Tonight, I was given the African name ‘Buhle’ by a member of the church family that has been taking care of my choir since we arrived in South Africa last week. Buhle means beautiful. It means beautiful. It means beautiful. If I could go back in time and visit my 13 year-old self, a girl who used to stand before mirrors with hatred in her heart and tears in her eyes whispering “you are so ugly”, I would tell her that one day in South Africa a woman will look you in the eyes and give you the name ‘beautiful’.
This was a full circle moment for me and I’m trying not to cry just thinking about it. You may see where I am right now and assume I’ve always had it together but being called beautiful, being named ‘Buhle’ tonight was genuinely one of the greatest moments of my life. She saw something in me, after simply meeting me, that it took me years to see in myself. I’ve been fighting with insecurity for most of my life. I still have to convince myself that I’m worthy of love, appreciation, and joy but it’s eye-opening to realize that someone can look at you and see so much in you.
I had to hug her so she wouldn’t see the tears in my eyes. Before I left tonight she called me “Buhle” three more times making me realize that it wasn’t just a name she gave to me and forgot.
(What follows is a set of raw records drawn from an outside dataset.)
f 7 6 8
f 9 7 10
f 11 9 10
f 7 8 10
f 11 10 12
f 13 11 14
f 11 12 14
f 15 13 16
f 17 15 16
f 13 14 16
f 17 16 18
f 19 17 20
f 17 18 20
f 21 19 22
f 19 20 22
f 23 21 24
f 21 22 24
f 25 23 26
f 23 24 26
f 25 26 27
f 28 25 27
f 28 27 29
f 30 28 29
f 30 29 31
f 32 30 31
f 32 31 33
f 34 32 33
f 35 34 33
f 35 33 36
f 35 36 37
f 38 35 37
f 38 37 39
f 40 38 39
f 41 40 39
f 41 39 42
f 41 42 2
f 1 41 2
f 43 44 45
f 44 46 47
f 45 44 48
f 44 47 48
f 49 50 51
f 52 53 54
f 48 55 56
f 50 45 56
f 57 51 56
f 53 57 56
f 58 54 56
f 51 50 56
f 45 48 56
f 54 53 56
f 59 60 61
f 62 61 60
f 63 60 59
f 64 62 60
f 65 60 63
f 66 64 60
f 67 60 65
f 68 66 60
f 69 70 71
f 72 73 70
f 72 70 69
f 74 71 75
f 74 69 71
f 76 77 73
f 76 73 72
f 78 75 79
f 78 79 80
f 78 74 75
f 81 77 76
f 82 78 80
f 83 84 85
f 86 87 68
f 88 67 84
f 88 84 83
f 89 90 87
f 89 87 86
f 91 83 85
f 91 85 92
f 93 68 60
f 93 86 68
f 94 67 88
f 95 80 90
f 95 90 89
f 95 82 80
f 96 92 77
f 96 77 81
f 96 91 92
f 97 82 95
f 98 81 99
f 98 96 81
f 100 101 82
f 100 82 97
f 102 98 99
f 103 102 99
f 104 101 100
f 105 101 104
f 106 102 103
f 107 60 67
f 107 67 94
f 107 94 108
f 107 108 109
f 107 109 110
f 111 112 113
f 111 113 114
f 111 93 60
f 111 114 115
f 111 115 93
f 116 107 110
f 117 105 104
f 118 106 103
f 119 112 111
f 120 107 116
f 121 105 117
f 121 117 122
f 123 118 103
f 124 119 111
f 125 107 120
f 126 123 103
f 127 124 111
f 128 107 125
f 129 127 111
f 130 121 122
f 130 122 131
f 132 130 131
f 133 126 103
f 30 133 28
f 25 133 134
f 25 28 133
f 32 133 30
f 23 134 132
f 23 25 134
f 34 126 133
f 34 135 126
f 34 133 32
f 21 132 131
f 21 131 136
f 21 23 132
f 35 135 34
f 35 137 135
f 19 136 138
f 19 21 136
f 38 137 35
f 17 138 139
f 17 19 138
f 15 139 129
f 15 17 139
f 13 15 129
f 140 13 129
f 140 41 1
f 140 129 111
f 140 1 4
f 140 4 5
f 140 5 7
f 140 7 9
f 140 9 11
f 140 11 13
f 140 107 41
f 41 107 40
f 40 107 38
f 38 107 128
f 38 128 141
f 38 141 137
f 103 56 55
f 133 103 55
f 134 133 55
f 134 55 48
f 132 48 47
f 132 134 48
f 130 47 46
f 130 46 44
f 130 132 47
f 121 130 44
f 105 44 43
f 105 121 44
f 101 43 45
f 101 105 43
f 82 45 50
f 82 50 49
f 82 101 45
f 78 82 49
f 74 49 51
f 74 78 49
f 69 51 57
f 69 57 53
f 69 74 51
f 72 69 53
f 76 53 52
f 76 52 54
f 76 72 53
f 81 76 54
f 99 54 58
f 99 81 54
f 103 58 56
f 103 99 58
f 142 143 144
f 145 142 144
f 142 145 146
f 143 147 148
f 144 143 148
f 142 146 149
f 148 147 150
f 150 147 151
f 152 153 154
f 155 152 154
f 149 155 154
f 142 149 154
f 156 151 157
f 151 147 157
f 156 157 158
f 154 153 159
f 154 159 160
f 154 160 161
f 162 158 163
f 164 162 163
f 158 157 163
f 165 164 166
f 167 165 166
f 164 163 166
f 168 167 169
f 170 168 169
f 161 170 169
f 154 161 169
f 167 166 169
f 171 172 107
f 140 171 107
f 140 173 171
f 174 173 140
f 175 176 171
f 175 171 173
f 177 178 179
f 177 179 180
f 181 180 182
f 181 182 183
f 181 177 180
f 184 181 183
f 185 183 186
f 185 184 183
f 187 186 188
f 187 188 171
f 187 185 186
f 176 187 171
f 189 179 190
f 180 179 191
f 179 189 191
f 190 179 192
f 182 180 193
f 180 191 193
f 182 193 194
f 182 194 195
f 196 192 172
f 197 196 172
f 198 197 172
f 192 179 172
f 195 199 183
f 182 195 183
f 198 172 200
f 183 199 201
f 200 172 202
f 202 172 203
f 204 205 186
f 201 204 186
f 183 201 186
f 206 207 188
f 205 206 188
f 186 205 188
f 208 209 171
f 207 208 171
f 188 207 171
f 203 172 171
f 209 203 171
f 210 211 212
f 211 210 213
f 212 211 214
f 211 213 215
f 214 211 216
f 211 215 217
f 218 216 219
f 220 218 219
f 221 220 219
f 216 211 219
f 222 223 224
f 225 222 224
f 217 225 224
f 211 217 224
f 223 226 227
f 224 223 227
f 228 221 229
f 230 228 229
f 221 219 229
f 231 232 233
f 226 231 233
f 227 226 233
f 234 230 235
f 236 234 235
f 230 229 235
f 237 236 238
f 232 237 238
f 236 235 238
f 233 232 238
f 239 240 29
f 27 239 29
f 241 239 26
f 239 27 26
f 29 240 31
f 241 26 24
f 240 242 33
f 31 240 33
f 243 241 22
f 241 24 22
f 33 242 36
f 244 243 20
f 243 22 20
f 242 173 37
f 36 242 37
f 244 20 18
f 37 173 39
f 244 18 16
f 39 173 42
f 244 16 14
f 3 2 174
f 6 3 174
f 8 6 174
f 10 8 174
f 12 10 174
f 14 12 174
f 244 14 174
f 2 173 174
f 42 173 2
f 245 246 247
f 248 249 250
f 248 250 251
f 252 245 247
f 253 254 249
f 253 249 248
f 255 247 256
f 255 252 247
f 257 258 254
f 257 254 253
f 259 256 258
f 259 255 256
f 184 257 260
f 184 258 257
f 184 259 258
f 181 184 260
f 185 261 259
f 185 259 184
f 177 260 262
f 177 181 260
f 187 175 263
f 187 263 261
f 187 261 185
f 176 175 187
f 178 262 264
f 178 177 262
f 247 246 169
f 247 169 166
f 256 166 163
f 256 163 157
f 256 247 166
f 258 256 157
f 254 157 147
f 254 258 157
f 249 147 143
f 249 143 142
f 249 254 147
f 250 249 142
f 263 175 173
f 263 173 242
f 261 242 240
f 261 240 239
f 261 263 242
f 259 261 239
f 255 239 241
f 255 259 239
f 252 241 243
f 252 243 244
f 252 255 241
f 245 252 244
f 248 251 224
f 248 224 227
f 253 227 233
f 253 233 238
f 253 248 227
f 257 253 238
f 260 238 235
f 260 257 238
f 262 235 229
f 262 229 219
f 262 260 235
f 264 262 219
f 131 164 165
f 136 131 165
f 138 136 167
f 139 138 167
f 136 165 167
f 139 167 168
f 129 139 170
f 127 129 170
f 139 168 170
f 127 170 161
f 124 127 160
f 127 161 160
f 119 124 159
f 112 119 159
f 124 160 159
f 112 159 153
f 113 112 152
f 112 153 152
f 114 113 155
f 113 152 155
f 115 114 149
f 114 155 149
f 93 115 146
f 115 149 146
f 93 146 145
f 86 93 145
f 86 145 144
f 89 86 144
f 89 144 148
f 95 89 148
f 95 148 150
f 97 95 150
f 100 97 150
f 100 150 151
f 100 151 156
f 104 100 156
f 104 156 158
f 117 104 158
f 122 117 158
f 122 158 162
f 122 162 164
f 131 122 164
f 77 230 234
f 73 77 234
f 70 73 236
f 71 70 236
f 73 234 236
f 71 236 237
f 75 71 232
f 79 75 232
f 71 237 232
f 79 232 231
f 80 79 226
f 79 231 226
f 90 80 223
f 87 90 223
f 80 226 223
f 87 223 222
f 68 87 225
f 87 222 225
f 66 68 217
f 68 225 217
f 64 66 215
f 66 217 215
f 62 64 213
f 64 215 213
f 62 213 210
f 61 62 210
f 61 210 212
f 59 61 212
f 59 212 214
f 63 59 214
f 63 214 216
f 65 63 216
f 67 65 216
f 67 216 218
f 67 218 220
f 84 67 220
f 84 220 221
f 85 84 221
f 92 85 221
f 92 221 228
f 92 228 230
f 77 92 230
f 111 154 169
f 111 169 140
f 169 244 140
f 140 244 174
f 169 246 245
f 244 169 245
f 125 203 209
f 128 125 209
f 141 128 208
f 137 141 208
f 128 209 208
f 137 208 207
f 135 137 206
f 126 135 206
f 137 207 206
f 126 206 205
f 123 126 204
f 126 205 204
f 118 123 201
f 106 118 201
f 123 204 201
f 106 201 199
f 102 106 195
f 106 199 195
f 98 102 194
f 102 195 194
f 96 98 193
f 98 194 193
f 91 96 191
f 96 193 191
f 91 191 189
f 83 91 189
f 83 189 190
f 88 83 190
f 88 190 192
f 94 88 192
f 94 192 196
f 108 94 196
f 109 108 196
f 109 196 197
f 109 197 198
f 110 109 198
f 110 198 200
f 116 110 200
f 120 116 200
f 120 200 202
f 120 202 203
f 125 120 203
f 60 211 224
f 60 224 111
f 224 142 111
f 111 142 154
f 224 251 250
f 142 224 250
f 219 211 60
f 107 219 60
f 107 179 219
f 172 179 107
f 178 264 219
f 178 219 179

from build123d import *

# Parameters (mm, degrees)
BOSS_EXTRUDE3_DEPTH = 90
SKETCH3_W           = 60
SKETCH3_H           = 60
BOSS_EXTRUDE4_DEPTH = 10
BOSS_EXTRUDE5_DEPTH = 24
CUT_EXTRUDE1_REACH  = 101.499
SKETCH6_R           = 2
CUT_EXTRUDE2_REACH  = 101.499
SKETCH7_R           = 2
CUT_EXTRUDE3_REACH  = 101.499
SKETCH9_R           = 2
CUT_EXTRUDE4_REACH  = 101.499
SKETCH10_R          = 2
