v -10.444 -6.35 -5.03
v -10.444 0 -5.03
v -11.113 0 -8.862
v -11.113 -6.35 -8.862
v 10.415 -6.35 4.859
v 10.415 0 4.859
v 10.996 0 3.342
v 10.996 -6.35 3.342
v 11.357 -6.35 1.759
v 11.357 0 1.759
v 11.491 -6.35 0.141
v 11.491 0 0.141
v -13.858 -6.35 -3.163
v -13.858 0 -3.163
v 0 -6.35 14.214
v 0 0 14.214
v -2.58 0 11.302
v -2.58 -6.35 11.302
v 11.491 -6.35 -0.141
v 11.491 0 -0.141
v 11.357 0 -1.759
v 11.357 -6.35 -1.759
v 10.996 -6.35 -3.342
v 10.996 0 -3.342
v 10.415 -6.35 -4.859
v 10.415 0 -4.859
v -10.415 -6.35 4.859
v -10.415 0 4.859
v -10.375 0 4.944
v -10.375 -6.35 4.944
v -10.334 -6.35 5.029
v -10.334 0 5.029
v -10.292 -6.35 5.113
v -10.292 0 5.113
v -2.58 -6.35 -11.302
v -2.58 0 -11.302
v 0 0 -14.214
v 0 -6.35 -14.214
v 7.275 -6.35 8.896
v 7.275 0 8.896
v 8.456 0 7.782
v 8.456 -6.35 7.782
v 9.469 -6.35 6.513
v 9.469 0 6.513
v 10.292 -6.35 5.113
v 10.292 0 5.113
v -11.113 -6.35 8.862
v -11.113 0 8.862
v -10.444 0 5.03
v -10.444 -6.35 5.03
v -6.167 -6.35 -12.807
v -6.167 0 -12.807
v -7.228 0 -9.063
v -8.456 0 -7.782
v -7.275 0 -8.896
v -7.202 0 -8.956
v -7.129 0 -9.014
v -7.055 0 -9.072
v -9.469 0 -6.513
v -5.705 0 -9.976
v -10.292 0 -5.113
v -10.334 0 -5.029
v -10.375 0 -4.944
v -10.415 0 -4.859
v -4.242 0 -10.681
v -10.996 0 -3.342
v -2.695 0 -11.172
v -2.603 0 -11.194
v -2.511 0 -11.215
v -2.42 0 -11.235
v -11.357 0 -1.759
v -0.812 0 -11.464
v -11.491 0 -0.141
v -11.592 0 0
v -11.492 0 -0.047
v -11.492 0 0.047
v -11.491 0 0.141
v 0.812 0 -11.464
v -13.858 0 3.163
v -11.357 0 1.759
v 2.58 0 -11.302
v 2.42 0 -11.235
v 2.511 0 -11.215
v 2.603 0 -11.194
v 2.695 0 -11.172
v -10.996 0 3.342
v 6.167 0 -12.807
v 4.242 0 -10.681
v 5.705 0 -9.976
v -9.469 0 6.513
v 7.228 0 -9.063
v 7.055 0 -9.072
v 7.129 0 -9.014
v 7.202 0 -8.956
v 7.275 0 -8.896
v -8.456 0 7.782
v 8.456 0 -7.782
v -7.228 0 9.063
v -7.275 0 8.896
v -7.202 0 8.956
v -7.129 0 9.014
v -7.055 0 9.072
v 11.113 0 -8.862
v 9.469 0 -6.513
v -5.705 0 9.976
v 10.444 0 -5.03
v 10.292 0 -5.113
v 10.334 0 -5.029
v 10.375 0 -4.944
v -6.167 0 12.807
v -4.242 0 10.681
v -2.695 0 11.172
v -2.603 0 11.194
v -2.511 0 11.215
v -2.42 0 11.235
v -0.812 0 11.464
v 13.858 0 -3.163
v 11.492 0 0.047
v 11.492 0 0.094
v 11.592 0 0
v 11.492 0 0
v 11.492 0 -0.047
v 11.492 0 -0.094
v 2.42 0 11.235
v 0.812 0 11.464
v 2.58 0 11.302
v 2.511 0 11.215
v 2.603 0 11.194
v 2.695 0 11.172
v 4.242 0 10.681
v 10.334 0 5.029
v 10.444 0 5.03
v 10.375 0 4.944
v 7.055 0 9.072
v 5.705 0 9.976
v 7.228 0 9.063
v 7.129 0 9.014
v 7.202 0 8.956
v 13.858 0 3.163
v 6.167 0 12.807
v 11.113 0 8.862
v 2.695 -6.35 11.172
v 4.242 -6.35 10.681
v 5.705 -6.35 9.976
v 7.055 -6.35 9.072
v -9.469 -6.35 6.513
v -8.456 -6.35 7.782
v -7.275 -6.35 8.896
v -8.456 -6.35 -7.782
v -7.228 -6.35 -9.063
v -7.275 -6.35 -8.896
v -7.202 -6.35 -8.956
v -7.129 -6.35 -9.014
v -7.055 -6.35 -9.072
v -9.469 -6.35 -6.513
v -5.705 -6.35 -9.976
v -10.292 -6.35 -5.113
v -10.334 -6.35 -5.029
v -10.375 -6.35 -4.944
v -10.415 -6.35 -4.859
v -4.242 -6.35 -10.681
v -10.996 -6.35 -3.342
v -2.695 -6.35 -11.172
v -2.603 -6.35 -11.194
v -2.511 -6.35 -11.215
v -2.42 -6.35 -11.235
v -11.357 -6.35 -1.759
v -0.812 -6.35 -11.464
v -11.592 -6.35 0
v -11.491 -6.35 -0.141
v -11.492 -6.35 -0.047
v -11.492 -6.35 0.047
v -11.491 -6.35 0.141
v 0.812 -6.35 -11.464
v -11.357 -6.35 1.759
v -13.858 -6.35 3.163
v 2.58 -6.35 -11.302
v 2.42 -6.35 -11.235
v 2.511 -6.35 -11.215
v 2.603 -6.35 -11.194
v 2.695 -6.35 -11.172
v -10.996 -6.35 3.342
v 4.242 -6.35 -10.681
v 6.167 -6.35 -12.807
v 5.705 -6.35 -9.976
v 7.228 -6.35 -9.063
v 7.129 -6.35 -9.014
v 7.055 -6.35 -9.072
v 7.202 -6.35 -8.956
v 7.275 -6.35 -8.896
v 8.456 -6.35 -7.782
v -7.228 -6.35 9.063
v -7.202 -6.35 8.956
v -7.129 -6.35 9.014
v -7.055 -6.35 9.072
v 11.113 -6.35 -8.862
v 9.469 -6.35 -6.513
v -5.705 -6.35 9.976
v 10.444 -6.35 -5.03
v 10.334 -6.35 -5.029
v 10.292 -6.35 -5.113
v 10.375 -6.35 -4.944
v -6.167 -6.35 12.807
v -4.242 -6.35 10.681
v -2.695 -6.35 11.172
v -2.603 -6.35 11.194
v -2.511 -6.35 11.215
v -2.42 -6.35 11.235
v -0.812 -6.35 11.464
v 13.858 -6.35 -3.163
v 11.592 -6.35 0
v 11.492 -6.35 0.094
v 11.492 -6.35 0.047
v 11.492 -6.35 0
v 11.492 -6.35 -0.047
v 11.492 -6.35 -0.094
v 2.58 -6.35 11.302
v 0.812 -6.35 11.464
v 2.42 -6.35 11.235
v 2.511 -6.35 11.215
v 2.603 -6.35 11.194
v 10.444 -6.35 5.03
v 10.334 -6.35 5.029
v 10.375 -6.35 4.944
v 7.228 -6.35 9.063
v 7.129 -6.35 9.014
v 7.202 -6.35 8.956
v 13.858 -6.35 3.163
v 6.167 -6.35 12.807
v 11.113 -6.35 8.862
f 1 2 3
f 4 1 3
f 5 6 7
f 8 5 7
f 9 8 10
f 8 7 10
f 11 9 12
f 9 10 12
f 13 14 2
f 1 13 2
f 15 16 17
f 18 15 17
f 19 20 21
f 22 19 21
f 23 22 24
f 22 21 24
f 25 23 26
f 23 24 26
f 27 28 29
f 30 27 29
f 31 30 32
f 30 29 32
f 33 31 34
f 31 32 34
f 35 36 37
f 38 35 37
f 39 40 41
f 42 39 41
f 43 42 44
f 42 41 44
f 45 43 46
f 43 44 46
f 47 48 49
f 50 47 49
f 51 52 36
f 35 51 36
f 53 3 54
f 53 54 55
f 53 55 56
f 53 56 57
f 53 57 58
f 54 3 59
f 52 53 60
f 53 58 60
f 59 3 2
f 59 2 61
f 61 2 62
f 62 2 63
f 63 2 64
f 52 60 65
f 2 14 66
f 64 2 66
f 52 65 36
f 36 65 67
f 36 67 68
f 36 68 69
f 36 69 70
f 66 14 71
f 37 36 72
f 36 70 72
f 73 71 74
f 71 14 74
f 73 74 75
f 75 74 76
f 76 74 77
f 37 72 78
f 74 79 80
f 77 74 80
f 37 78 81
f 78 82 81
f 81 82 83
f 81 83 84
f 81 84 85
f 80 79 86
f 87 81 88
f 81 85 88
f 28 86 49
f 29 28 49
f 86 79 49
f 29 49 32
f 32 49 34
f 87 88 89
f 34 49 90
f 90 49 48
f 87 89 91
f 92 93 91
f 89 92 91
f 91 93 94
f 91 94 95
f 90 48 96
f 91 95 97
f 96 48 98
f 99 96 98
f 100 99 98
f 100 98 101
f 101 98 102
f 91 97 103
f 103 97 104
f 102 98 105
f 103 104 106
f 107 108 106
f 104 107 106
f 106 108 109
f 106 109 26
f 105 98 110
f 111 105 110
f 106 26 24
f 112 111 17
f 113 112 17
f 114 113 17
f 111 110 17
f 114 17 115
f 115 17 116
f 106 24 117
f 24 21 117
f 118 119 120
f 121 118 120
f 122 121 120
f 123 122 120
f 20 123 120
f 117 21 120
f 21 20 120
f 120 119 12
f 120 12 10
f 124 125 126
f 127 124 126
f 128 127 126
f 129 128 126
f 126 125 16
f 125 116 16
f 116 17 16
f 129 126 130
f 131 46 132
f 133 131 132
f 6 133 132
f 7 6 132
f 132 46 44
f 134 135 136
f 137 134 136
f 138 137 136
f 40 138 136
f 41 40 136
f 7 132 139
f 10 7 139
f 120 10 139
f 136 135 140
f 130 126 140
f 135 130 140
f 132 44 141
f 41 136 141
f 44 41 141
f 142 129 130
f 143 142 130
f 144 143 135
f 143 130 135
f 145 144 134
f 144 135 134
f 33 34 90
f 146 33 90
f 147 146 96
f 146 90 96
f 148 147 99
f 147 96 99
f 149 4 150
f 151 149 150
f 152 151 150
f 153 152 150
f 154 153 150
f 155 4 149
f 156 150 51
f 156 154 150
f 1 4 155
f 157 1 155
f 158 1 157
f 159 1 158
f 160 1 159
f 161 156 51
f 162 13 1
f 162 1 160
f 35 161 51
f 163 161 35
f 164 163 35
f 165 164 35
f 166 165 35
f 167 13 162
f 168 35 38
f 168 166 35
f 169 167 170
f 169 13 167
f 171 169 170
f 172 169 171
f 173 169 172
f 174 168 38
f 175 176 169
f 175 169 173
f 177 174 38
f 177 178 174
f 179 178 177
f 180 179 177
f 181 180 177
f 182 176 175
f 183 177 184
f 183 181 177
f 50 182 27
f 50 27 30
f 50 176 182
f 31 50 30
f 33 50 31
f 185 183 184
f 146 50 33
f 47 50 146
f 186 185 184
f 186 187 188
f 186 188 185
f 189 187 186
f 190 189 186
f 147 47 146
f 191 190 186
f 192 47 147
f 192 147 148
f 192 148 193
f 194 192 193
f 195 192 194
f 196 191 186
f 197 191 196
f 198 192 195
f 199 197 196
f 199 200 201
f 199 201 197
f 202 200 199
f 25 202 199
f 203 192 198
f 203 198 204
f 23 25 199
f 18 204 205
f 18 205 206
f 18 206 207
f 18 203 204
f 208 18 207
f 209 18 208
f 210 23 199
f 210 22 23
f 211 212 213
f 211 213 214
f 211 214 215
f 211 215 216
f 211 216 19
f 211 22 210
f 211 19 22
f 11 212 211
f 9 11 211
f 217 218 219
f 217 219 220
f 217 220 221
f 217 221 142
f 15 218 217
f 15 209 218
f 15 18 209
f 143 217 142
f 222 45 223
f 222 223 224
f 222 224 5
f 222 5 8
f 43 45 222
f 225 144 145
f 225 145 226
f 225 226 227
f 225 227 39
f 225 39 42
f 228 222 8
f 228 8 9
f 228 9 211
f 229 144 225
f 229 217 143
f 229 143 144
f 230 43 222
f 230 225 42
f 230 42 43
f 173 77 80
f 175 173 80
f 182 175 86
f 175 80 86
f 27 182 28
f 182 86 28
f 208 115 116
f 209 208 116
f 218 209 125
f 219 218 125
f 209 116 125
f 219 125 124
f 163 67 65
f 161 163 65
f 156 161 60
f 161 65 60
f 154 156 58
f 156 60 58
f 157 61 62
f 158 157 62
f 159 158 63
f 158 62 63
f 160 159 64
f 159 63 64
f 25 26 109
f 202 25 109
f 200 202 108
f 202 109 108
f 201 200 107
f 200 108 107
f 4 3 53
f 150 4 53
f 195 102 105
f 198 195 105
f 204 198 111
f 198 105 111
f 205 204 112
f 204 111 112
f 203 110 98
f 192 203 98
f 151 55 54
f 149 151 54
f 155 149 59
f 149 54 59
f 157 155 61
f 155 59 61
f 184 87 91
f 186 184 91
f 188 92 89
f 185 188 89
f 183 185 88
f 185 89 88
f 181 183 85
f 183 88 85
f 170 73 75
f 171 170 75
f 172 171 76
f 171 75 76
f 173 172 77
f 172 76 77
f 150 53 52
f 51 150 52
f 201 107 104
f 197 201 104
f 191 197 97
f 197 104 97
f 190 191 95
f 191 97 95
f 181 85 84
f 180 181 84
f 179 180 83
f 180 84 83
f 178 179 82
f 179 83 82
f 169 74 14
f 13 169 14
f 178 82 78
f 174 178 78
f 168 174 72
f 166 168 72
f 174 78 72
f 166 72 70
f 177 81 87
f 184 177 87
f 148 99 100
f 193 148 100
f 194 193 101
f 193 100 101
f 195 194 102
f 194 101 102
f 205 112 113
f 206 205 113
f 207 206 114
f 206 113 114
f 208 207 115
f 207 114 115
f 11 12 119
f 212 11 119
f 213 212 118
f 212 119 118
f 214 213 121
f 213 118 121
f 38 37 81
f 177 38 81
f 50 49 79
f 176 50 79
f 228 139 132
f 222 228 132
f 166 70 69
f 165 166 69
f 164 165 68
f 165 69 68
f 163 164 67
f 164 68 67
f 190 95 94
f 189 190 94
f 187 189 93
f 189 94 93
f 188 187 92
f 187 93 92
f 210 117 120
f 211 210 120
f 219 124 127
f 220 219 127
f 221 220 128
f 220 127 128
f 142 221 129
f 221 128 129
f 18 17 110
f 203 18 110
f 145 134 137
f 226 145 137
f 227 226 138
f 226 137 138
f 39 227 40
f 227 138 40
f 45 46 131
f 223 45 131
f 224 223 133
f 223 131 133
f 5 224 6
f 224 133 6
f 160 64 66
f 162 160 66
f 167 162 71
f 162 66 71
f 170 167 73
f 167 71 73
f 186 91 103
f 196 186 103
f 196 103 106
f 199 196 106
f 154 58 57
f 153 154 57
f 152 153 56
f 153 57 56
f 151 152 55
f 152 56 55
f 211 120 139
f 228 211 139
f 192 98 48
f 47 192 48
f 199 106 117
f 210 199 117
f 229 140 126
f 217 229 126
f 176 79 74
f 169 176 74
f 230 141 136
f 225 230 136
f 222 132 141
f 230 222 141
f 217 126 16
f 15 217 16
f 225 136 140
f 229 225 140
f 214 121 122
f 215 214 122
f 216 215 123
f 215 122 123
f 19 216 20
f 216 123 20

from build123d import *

# Parameters (mm, degrees)
F1_DEPTH = 6.35


with BuildPart() as f1:
    # F0 (on Front) → F1 (new body)
    with BuildSketch(Plane.XZ):
        with BuildLine():
            ThreePointArc((11.4914766139, 0.1410518603), (11.4921258391, 0.0705272582), (11.4923422502, 0))
            ThreePointArc((11.4923422502, 0), (11.4921258391, -0.0705272582), (11.4914766139, -0.1410518603))
            Line((11.4914766139, -0.1410518603), (11.5924987112, 0))
            Line((11.5924987112, 0), (11.4914766139, 0.1410518603))
        make_face()
        with BuildLine():
            ThreePointArc((10.4146627839, 4.8588815063), (11.204205236, 2.5572867309), (11.4914766139, 0.1410518603))
            Line((11.4914766139, 0.1410518603), (11.5924987112, 0))
            Line((11.5924987112, 0), (13.8578264949, 3.1629584667))
            Line((13.8578264949, 3.1629584667), (10.44448044, 5.0297966865))
            Line((10.44448044, 5.0297966865), (10.4146627839, 4.8588815063))
        make_face()
        with BuildLine():
            Line((11.5924987112, 0), (11.4914766139, -0.1410518603))
            ThreePointArc((11.4914766139, -0.1410518603), (11.204205236, -2.5572867309), (10.4146627839, -4.8588815063))
            Line((10.4146627839, -4.8588815063), (10.44448044, -5.0297966865))
            Line((10.44448044, -5.0297966865), (13.8578264949, -3.1629584667))
            Line((13.8578264949, -3.1629584667), (11.5924987112, 0))
        make_face()
        with BuildLine():
            ThreePointArc((10.2922625668, 5.1130481761), (10.3542425867, 4.9863404267), (10.4146627839, 4.8588815063))
            Line((10.4146627839, 4.8588815063), (10.44448044, 5.0297966865))
            Line((10.44448044, 5.0297966865), (10.2922625668, 5.1130481761))
        make_face()
        with BuildLine():
            Line((10.44448044, -5.0297966865), (10.4146627839, -4.8588815063))
            ThreePointArc((10.4146627839, -4.8588815063), (10.3542425867, -4.9863404267), (10.2922625668, -5.1130481761))
            Line((10.2922625668, -5.1130481761), (10.44448044, -5.0297966865))
        make_face()
        with BuildLine():
            ThreePointArc((7.2750972621, 8.8964538004), (8.9850749785, 7.1653581925), (10.2922625668, 5.1130481761))
            Line((10.2922625668, 5.1130481761), (10.44448044, 5.0297966865))
            Line((10.44448044, 5.0297966865), (11.1131140025, 8.8624126846))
She was intentional with giving me that name and was even more intentional with calling me by my “real name”. I’ve been to many countries and have had many experiences but I’ve always been in a rush to get back home but I’ve been here for 7 days and South Africa already feels like home. I don’t know if I’ll ever be ready to go back to America.
I’m hoping that the following poem will give a better insight into who I am and why moments like this make me step back and appreciate my experience.
This poem is about me trying to fill in the gaps between my own insecurity. While reading it, note that Insecurity is personified and try to see yourself through my mirror of self-reflection. I am immensely aware of my own flaws. This poem is a reflection of me knowing what my own insecurity looks like…
Insecurity wears the prettiest wigs and the brightest lipstick.
Insecurity always has on the brightest dresses and the cutest shoes.
Insecurity always has her nails done and her face beat.
Insecurity waits not to be spoken to before assuming her name is already in their mouths.
Insecurity has been down this road before.
Every one thinks that Insecurity thinks too highly of herself but Insecurity is just hiding her insecurities.
Insecurities chooses when to be bold and when to hate herself.
Insecurity is strong and powerful and weak and brittle.
Happy Free-Thinking Friday! See you on Sunday!